Jamaica becomes 142nd country to recognize state of Palestine

Jamaica has announced its decision to recognise the state of Palestine, joining 141 member states of the United Nations that recognise Palestine's sovereignty.

"Jamaica continues to advocate for a two-state solution as the only viable option to resolve the longstanding conflict, guarantee the security of Israel and uphold the dignity and rights of Palestinians," Kamina Johnson Smith, Jamaica's Minister of Foreign Affairs and Foreign Trade, said in a statement on Tuesday.

"By recognising the State of Palestine, Jamaica strengthens its advocacy towards a peaceful solution."

Majed Bamya, Deputy Permanent Observer of the state of Palestine to the UN, took to Twitter to announce Jamaica's decision.

"Thank you for standing by peace, justice and our people's right to self-determination," Amal Jadou, Deputy Foreign Minister of Palestine, wrote on X.

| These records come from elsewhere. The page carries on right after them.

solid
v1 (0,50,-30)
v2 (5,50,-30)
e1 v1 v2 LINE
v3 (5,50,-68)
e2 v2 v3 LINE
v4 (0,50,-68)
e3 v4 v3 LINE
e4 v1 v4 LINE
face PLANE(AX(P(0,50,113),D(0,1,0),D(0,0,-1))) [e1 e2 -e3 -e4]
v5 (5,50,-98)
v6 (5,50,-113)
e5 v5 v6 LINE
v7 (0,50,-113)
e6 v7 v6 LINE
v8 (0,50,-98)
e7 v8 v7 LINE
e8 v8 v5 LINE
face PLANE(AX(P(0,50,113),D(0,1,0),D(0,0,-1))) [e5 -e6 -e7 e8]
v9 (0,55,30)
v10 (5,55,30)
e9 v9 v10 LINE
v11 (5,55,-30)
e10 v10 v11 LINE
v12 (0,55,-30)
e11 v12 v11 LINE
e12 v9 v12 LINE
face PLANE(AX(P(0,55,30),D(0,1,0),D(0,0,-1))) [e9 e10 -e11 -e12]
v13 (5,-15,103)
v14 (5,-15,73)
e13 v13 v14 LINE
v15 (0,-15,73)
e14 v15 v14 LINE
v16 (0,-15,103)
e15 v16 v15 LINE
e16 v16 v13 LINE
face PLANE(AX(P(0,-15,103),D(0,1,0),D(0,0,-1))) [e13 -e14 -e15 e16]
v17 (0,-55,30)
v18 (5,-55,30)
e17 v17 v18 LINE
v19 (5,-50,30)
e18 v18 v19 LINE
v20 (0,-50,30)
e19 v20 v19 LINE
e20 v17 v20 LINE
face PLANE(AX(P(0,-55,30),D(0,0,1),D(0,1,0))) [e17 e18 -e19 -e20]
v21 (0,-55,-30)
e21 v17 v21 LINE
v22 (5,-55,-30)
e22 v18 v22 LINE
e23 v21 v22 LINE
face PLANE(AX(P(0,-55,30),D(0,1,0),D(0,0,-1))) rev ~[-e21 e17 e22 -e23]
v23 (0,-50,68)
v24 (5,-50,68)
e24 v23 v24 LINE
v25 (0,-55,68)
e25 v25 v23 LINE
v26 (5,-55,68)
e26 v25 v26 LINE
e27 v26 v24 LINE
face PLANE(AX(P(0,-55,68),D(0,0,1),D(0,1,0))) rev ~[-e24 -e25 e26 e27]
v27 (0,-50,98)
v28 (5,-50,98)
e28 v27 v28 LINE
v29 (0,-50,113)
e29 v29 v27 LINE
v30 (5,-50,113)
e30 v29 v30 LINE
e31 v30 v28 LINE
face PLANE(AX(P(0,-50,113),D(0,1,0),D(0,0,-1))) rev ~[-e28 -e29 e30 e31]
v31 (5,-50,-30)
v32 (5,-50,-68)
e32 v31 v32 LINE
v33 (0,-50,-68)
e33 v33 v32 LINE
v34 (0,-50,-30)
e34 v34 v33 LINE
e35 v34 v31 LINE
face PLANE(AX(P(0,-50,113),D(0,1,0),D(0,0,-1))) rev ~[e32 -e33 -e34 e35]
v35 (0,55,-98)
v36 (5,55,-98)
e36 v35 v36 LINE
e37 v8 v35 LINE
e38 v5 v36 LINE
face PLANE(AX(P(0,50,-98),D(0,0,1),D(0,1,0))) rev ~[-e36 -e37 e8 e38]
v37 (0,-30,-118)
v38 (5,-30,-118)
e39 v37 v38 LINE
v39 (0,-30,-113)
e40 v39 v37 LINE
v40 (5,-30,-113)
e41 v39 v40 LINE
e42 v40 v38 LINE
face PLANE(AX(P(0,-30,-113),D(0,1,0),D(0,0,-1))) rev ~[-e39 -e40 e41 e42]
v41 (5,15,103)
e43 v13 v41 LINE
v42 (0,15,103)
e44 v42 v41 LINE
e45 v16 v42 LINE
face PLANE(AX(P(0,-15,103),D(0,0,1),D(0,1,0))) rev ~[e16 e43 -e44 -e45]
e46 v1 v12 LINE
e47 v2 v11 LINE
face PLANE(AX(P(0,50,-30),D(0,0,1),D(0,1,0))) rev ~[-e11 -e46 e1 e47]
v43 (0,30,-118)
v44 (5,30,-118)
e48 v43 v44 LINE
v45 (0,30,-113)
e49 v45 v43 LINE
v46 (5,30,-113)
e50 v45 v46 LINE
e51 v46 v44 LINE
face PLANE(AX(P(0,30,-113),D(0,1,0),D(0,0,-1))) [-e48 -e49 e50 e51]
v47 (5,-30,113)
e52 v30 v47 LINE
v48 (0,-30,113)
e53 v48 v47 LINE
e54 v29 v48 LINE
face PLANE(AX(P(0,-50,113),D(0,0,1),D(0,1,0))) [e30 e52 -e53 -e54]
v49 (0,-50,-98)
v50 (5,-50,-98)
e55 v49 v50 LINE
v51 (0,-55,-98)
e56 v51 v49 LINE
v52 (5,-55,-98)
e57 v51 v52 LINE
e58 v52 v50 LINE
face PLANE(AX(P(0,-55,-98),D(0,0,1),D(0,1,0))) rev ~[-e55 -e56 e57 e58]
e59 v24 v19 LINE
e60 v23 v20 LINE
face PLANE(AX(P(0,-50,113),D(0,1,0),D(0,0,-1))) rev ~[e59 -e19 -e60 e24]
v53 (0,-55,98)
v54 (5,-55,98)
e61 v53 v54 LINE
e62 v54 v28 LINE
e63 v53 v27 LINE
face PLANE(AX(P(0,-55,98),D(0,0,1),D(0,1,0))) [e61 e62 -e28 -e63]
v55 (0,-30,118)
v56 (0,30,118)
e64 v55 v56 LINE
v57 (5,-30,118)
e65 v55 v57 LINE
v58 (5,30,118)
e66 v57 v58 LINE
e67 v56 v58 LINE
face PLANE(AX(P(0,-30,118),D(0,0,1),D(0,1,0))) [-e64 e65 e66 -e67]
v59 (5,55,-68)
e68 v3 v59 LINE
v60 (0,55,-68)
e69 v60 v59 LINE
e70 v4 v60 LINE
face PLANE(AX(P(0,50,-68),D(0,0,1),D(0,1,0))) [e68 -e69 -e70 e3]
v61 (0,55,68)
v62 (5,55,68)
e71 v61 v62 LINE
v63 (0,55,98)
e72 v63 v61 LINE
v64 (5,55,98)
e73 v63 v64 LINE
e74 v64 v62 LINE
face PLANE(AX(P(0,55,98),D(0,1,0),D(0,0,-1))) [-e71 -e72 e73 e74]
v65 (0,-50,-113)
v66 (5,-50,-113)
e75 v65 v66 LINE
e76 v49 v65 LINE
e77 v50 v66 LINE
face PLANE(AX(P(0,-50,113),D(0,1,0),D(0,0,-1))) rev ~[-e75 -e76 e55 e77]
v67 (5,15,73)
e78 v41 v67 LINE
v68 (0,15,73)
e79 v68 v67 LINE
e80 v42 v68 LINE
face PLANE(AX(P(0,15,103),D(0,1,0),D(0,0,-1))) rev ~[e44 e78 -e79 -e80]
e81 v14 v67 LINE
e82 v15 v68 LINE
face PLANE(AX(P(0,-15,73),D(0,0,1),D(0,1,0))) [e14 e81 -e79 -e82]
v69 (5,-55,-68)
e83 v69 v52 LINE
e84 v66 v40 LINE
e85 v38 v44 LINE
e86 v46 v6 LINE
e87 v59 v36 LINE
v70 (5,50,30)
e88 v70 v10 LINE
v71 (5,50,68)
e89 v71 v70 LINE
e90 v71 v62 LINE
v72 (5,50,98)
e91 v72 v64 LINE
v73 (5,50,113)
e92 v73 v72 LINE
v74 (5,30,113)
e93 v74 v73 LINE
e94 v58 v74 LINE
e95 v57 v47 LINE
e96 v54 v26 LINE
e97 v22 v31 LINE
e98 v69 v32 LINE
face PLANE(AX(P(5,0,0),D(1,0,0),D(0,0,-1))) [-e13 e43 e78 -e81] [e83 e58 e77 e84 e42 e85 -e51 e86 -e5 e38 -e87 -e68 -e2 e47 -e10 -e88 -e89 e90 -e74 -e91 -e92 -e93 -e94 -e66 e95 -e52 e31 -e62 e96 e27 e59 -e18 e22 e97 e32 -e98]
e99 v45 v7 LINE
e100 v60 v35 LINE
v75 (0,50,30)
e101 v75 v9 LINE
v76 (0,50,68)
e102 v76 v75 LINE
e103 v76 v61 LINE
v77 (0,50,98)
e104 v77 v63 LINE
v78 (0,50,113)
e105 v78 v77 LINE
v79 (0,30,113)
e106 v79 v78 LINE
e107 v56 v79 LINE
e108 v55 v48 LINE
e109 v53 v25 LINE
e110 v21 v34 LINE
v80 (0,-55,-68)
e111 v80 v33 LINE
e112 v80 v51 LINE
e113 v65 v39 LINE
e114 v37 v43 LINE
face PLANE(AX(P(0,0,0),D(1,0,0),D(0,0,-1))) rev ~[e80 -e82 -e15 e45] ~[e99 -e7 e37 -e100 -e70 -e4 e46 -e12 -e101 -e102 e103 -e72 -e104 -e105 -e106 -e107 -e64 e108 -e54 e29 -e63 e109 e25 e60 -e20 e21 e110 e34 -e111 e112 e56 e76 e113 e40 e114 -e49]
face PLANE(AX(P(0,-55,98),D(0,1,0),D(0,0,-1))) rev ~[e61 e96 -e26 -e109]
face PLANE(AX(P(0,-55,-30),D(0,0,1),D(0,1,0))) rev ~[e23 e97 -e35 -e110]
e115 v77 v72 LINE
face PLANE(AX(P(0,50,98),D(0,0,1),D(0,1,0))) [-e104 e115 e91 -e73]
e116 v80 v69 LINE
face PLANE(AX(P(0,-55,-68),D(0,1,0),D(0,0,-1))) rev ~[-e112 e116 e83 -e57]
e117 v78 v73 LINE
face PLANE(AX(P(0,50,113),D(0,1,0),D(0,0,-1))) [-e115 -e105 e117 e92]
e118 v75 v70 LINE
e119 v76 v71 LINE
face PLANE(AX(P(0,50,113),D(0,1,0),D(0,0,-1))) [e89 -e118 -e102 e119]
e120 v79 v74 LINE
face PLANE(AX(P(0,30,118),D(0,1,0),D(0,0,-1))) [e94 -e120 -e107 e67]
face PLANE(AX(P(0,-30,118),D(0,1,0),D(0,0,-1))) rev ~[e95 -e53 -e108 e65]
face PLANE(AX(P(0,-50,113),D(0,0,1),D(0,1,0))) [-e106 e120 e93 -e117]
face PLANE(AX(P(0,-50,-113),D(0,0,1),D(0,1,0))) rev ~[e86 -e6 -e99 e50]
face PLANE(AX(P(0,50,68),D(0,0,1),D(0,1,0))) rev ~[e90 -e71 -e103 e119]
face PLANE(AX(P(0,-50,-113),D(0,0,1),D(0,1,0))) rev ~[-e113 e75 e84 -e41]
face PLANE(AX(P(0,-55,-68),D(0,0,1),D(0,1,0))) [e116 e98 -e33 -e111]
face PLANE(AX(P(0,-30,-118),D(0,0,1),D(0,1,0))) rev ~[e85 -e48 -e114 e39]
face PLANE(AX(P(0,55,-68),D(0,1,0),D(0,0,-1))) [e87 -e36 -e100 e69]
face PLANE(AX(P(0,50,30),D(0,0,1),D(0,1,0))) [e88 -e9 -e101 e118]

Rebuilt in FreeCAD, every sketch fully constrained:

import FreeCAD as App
import Part
import Sketcher
from FreeCAD import Vector
Q = App.Units.Quantity


def add_polygon(sketch, points):
    """Adds a closed chain of lines whose ends are joined by coincident constraints."""
    first, n = sketch.GeometryCount, len(points)
    for a, b in zip(points, points[1:] + points[:1]):
        sketch.addGeometry(Part.LineSegment(App.Vector(*a, 0), App.Vector(*b, 0)), False)
    for i in range(n):
        sketch.addConstraint(Sketcher.Constraint("Coincident", first + i, 2, first + (i + 1) % n, 1))

doc = App.newDocument("Part")
body = doc.addObject("PartDesign::Body", "Body")

# Sketch on YZ plane
sketch1 = body.newObject("Sketcher::SketchObject", "Sketch")
sketch1.AttachmentSupport = (doc.getObject("YZ_Plane"), [""])
sketch1.MapMode = "FlatFace"
add_polygon(sketch1, [(-30, 113), (-50, 113), (-50, 98), (-55, 98), (-55, 68), (-50, 68), (-50, 30), (-55, 30), (-55, -30), (-50, -30), (-50, -68), (-55, -68), (-55, -98), (-50, -98), (-50, -113), (-30, -113), (-30, -118), (30, -118), (30, -113), (50, -113), (50, -98), (55, -98), (55, -68), (50, -68), (50, -30), (55, -30), (55, 30), (50, 30), (50, 68), (55, 68), (55, 98), (50, 98), (50, 113), (30, 113), (30, 118), (-30, 118)])  # lines 0-35
add_polygon(sketch1, [(-15, 73), (-15, 103), (15, 103), (15, 73)])  # lines 36-39
sketch1.addConstraint(Sketcher.Constraint("Horizontal", 0))
sketch1.addConstraint(Sketcher.Constraint("Vertical", 1))
sketch1.addConstraint(Sketcher.Constraint("Horizontal", 2))
sketch1.addConstraint(Sketcher.Constraint("Vertical", 3))
sketch1.addConstraint(Sketcher.Constraint("Horizontal", 4))
sketch1.addConstraint(Sketcher.Constraint("Vertical", 5))
sketch1.addConstraint(Sketcher.Constraint("Horizontal", 6))
sketch1.addConstraint(Sketcher.Constraint("Vertical", 7))
sketch1.addConstraint(Sketcher.Constraint("Horizontal", 8))
sketch1.addConstraint(Sketcher.Constraint("Vertical", 9))
sketch1.addConstraint(Sketcher.Constraint("Horizontal", 10))
sketch1.addConstraint(Sketcher.Constraint("Vertical", 11))
sketch1.addConstraint(Sketcher.Constraint("Horizontal", 12))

Principles enshrined in UN Charter

Smith attributed Jamaica's decision to the nation's deep-seated concerns about Israel's war on Gaza and the escalating humanitarian crisis.

Rather than resorting to military actions, she said, the government champions a diplomatic approach for a peaceful resolution to the Israel-Palestine conflict.

This decision, according to the minister, echoes Jamaica's unwavering dedication to the principles enshrined in the United Nations Charter, promoting mutual respect and harmonious coexistence among nations, while fiercely advocating for the right of peoples to self-determination.

Smith also reaffirmed Jamaica's unwavering support for an immediate ceasefire, increased humanitarian aid access for the embattled residents of Gaza and freedom of Israeli hostages.

She particularly emphasised solidarity with the countless women and children of Gaza who have borne the brunt of daily suffering, underscoring Jamaica's commitment to alleviating their plight and fostering hope for a brighter future.

Committed to diplomatic solutions

"Jamaica continues to support all efforts for de-escalation and the establishment of lasting peace in the region, imploring all parties to consider the dire consequences of further conflict and commit to diplomatic solutions ensuring the safety and sovereignty of all," Smith noted.

The decision comes close on the heels of Barbados announcing its decision to officially recognise Palestine as a state, becoming the 11th Caribbean Community [CARICOM] member to do so.

"How can we say we want a two-state solution if we do not recognise Palestine as a State," Barbados Foreign Minister Kerrie Symmonds said in a statement last week.